[Saved data entries]
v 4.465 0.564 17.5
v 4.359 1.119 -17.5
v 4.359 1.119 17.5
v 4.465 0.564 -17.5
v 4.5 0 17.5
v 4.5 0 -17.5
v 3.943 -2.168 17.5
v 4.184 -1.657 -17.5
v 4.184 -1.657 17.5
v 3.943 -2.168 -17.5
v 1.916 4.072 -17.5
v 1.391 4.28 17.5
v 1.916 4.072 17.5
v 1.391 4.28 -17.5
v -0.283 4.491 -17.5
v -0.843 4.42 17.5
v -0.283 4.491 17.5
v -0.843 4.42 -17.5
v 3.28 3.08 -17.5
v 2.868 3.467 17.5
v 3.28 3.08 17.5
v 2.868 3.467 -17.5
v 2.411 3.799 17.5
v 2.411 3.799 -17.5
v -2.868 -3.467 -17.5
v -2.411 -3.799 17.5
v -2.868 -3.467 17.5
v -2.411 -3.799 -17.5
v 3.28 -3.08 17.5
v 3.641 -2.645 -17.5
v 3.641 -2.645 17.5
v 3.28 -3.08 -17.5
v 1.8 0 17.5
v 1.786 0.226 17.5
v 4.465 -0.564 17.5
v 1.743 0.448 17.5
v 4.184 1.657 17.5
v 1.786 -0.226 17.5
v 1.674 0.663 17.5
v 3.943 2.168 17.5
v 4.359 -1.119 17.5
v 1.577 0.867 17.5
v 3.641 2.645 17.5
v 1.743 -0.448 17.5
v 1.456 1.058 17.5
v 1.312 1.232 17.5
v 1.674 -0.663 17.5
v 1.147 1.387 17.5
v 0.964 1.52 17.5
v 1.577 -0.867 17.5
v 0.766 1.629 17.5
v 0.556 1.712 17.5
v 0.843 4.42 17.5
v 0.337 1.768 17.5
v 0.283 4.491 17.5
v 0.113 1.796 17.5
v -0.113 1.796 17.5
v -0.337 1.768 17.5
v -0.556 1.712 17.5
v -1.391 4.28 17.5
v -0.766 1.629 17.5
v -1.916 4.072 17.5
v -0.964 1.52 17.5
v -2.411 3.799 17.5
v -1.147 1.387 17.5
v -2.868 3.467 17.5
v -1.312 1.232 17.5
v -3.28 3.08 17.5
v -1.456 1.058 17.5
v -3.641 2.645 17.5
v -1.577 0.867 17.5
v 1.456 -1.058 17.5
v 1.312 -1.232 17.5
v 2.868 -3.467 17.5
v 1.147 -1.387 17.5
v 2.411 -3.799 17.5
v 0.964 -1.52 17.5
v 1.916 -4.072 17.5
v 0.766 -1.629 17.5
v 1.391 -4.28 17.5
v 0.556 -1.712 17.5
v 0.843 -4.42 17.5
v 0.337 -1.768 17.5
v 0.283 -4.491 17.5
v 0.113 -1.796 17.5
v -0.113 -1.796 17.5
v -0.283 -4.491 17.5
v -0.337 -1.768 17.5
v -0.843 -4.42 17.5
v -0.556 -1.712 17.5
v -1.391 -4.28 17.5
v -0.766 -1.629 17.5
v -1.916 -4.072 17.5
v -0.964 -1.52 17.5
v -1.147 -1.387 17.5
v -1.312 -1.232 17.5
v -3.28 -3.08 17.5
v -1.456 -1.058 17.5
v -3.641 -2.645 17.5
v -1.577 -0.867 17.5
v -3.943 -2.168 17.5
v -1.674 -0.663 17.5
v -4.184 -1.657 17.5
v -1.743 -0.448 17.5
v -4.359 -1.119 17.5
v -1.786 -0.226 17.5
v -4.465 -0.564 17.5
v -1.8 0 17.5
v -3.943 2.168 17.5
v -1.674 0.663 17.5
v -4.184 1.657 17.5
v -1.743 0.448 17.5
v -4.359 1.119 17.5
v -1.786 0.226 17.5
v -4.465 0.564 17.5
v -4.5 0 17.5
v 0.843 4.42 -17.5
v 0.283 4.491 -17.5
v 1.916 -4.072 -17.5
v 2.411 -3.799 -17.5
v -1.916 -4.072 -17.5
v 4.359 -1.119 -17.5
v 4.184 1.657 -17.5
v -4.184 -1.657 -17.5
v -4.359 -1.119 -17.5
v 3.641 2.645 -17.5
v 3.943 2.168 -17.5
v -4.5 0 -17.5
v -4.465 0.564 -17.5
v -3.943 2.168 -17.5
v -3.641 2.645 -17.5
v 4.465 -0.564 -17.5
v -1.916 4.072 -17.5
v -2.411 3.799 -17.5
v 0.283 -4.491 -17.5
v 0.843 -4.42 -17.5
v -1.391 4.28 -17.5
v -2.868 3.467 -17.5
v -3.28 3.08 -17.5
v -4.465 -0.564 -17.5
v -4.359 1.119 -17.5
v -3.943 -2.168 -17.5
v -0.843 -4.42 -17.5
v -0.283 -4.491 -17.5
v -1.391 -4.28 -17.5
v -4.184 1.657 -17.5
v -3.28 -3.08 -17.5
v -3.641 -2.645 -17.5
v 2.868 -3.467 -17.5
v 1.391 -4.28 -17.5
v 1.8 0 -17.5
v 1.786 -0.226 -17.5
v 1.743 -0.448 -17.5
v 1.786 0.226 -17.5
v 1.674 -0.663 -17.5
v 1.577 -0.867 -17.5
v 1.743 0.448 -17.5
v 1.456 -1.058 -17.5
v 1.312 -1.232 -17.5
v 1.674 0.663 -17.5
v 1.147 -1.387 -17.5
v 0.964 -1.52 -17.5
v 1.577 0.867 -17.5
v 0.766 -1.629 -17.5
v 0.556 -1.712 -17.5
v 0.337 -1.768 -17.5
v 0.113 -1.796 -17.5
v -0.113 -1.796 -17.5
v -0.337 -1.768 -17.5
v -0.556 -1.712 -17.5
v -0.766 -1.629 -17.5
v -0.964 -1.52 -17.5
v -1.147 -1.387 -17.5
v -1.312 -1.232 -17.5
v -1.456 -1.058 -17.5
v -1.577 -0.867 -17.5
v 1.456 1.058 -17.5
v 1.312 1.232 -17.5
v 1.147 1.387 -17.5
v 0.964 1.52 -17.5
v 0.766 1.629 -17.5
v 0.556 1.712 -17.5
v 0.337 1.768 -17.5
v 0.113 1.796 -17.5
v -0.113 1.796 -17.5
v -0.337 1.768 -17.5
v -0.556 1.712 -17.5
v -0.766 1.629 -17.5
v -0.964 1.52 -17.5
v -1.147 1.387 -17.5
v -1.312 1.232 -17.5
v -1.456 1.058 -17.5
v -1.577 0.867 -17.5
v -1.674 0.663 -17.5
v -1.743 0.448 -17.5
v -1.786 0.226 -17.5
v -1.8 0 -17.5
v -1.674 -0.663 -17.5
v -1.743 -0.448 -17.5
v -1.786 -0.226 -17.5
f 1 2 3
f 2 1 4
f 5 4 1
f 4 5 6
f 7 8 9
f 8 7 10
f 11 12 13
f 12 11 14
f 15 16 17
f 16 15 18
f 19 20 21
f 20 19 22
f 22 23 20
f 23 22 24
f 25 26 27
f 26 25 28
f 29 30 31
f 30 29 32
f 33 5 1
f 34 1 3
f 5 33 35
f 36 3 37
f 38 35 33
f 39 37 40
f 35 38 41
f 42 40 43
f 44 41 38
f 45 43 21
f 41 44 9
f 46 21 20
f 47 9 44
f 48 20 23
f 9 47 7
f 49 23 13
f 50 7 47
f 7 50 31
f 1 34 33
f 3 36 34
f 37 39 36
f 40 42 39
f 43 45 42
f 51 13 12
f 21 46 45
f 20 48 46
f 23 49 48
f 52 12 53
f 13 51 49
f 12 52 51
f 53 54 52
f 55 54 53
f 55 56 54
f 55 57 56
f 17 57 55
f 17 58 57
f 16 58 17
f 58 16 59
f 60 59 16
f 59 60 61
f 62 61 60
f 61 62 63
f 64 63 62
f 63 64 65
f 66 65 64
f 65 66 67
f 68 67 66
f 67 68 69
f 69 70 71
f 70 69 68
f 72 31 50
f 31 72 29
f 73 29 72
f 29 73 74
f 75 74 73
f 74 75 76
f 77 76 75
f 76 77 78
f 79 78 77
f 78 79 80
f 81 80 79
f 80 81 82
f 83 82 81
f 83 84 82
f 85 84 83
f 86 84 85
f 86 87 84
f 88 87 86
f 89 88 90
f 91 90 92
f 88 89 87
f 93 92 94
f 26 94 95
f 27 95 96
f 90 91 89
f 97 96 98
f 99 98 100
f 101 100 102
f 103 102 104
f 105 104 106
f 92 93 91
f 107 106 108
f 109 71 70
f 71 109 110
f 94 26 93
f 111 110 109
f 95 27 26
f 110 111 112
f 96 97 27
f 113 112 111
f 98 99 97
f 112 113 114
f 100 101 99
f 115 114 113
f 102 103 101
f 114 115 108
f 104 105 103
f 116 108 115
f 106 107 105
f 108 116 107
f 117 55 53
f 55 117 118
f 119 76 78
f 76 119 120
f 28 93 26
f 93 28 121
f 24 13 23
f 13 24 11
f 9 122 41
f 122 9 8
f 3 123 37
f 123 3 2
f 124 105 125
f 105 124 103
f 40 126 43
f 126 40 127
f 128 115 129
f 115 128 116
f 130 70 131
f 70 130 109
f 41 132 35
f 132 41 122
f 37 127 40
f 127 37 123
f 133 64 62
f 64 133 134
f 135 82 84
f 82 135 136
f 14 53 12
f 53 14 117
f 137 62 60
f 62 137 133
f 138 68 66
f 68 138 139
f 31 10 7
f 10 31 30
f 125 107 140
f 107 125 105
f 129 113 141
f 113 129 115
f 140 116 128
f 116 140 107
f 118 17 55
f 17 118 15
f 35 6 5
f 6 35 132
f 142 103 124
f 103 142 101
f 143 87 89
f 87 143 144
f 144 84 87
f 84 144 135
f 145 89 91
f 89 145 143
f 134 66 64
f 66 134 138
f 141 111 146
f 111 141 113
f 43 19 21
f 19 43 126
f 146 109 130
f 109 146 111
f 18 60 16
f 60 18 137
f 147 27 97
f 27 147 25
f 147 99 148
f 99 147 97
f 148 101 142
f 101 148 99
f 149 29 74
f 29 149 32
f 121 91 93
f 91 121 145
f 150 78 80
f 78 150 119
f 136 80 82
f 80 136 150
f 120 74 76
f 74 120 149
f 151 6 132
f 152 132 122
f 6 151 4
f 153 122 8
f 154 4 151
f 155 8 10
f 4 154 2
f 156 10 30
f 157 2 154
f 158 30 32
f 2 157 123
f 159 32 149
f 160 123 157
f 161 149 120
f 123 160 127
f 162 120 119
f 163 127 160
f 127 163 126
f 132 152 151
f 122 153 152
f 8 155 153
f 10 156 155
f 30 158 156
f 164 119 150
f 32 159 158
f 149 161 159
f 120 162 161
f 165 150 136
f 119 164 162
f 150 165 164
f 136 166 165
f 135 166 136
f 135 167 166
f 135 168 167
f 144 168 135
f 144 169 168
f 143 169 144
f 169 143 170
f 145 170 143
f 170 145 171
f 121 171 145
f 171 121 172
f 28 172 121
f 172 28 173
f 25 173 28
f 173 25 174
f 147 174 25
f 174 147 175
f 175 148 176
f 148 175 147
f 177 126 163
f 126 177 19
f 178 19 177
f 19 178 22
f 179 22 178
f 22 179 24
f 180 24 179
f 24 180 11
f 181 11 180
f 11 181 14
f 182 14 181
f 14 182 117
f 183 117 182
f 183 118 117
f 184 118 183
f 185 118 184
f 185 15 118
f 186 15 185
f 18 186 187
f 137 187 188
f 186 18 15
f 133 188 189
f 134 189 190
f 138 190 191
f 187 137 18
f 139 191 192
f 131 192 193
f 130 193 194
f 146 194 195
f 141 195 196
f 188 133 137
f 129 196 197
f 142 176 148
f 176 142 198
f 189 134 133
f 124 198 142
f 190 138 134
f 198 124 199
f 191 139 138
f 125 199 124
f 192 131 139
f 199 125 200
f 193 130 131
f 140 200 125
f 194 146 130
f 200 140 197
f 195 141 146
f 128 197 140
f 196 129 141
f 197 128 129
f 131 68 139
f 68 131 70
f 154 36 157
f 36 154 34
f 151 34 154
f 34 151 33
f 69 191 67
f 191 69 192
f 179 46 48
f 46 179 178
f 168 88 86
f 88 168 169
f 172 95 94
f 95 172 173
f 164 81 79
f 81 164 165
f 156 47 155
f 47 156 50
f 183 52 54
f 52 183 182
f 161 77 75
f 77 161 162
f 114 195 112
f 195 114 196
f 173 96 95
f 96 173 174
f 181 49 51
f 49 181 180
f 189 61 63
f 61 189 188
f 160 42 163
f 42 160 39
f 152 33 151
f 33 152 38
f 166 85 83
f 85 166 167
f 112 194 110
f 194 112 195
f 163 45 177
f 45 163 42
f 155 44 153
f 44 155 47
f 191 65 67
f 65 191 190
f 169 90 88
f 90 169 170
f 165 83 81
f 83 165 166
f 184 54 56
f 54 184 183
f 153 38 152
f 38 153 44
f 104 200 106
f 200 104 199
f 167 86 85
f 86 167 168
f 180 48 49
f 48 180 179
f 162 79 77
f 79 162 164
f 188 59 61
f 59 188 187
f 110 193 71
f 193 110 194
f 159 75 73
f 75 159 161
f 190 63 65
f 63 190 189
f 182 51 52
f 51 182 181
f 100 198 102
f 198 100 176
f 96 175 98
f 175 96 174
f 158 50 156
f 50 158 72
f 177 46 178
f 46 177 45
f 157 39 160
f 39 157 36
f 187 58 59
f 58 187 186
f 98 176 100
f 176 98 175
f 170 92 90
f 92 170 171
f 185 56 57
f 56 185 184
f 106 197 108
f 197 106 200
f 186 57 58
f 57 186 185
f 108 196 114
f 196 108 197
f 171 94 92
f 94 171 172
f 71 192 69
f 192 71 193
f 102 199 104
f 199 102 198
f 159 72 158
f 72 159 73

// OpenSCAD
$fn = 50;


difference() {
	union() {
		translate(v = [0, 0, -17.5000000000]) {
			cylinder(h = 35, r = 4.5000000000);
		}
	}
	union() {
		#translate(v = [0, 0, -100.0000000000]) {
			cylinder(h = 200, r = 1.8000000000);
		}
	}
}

* * *

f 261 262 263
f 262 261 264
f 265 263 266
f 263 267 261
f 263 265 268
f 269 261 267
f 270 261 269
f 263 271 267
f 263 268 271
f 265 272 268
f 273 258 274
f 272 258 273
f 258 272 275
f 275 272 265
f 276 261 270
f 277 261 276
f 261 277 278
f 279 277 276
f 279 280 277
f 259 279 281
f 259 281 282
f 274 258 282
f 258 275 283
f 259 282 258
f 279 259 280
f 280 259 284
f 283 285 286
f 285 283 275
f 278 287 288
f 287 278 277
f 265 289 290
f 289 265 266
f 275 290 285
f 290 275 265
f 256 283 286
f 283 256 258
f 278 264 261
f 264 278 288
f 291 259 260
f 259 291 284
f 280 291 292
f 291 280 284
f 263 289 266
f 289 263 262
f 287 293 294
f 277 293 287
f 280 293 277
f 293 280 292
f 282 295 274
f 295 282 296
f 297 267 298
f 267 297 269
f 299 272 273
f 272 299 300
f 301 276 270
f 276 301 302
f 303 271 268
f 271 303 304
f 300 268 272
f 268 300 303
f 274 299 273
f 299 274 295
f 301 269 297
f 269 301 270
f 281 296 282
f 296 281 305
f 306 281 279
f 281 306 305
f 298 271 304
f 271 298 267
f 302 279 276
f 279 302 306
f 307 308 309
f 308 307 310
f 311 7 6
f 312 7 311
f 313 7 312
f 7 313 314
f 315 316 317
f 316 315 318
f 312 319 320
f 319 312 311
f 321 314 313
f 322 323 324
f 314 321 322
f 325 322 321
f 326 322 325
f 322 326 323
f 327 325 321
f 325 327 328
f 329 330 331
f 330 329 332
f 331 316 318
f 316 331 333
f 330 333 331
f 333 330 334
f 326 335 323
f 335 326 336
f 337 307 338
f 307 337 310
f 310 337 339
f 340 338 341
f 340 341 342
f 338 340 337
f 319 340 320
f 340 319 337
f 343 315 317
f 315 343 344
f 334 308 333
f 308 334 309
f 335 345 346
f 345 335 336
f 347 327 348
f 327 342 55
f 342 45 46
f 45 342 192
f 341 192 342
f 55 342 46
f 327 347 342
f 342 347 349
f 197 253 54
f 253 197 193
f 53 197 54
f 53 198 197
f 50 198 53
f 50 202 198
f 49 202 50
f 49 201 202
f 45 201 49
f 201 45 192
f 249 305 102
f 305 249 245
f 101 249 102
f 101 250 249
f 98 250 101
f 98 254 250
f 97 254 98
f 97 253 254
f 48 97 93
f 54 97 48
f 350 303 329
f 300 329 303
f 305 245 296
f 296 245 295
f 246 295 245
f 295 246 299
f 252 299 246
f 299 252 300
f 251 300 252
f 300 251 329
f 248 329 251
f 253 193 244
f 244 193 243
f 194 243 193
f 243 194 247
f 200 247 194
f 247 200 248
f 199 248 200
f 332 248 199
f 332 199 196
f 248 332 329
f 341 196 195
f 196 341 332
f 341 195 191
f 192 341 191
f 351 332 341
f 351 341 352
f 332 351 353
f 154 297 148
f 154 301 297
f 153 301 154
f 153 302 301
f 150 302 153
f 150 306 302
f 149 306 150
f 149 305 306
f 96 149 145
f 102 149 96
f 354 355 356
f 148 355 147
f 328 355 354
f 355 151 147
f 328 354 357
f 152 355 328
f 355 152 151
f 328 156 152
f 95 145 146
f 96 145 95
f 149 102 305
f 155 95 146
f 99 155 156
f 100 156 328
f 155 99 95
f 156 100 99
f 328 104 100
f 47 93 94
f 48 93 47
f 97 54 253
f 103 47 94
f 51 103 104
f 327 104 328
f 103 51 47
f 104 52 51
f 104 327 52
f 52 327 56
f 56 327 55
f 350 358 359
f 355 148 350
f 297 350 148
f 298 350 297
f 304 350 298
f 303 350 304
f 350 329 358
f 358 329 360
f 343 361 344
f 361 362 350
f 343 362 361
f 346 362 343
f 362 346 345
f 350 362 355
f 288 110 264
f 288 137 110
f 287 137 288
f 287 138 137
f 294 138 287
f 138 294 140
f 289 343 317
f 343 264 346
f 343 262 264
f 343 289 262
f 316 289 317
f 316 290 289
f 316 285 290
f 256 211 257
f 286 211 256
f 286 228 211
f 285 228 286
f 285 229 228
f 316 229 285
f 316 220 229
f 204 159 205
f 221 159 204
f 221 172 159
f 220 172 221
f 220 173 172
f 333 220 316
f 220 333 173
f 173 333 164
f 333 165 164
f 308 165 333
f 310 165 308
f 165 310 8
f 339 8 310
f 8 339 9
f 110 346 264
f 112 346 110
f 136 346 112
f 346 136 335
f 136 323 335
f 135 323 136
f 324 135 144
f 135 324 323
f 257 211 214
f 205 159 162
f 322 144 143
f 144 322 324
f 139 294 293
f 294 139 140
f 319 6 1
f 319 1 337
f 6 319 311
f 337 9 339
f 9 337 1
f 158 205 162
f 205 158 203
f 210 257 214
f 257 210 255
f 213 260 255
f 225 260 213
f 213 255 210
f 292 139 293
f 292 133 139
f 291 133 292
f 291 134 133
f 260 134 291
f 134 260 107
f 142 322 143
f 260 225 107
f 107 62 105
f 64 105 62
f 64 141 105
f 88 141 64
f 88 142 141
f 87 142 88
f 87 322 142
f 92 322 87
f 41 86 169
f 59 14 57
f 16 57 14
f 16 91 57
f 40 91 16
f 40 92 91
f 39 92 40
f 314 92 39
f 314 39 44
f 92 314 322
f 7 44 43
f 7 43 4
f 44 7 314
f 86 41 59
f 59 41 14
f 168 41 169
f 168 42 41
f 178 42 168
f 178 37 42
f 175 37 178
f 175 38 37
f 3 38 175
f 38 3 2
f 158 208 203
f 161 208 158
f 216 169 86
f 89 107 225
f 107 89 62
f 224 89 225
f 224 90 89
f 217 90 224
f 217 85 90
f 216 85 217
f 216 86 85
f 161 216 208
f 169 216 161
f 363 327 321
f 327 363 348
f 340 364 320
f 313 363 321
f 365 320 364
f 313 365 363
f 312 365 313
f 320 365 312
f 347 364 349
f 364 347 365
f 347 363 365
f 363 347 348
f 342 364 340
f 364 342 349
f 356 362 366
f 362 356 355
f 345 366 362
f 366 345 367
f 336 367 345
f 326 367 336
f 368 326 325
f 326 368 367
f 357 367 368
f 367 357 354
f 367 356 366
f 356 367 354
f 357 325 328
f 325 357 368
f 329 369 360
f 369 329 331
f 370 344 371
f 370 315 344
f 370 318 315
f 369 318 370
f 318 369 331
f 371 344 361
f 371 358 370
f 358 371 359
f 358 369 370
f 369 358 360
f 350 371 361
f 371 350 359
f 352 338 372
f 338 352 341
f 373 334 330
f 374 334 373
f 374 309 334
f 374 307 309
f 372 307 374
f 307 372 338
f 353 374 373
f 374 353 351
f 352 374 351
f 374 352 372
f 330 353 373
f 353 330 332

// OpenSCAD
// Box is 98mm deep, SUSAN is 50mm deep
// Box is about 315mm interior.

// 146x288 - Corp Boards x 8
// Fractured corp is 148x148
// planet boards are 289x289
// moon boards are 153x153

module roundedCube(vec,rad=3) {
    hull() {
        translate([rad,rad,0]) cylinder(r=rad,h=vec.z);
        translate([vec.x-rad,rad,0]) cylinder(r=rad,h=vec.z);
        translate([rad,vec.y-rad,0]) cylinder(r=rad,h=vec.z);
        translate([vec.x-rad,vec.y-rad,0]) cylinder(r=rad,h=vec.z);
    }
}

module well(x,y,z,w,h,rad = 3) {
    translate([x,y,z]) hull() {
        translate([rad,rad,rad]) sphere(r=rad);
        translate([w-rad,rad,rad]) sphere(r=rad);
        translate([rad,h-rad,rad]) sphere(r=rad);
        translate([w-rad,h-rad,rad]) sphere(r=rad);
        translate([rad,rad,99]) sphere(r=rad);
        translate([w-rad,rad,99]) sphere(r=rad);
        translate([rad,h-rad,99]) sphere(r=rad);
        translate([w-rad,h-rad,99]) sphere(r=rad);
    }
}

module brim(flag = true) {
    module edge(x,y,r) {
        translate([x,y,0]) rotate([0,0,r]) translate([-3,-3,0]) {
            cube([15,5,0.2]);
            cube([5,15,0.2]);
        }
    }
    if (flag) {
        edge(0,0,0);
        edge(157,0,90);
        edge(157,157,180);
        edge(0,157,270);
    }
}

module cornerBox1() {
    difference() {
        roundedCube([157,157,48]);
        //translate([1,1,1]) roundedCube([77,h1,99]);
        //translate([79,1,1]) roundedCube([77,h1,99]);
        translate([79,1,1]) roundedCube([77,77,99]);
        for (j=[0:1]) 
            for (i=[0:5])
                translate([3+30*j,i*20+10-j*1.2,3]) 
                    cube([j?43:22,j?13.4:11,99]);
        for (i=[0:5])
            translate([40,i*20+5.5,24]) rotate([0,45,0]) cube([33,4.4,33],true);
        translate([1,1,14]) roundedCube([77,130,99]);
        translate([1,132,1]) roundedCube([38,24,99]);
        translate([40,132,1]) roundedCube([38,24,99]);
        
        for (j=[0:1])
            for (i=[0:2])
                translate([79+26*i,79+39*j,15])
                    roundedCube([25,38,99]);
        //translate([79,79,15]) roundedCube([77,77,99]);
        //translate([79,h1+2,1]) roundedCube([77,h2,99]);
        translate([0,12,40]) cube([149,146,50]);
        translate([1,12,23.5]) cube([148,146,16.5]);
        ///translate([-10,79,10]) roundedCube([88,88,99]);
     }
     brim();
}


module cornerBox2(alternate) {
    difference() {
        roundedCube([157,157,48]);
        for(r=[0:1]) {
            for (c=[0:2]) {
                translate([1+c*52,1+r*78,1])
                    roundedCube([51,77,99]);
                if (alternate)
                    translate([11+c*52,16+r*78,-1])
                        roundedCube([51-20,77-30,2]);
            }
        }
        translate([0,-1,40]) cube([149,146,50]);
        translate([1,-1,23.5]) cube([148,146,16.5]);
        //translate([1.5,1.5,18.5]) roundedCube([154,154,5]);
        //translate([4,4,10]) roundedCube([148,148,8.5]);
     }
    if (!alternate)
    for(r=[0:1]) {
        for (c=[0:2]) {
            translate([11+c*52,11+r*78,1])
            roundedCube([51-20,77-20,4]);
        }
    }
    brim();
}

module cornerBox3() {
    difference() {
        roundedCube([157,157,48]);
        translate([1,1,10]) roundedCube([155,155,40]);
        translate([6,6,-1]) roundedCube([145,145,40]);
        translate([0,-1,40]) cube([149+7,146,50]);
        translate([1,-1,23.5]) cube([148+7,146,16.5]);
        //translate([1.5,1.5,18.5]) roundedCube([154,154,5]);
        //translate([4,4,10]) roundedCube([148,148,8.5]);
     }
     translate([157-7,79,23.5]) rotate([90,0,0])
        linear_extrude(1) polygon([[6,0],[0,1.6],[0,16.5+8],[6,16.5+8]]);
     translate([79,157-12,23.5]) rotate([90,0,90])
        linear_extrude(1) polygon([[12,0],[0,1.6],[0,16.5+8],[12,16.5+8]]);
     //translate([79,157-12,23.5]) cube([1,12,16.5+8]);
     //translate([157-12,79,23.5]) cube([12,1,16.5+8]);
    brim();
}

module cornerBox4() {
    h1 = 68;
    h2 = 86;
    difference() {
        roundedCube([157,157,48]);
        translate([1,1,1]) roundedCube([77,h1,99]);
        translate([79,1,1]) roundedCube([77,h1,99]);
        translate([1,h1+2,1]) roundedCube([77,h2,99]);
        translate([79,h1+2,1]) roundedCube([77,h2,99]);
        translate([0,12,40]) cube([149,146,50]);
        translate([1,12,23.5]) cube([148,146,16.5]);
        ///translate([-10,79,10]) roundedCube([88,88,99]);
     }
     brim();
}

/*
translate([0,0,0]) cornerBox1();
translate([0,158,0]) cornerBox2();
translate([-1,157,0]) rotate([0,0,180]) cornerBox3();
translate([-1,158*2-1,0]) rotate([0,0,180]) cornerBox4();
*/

• _BRIEF_: Using the entries above, give back exactly the line containing "cube([j?43:22,j?13.4:11,99]);", the line containing "translate([1,1,14]) roundedCube([77,130,99]);", and every line between them, and nothing else.

• _THE ANSWER_:
                    cube([j?43:22,j?13.4:11,99]);
        for (i=[0:5])
            translate([40,i*20+5.5,24]) rotate([0,45,0]) cube([33,4.4,33],true);
        translate([1,1,14]) roundedCube([77,130,99]);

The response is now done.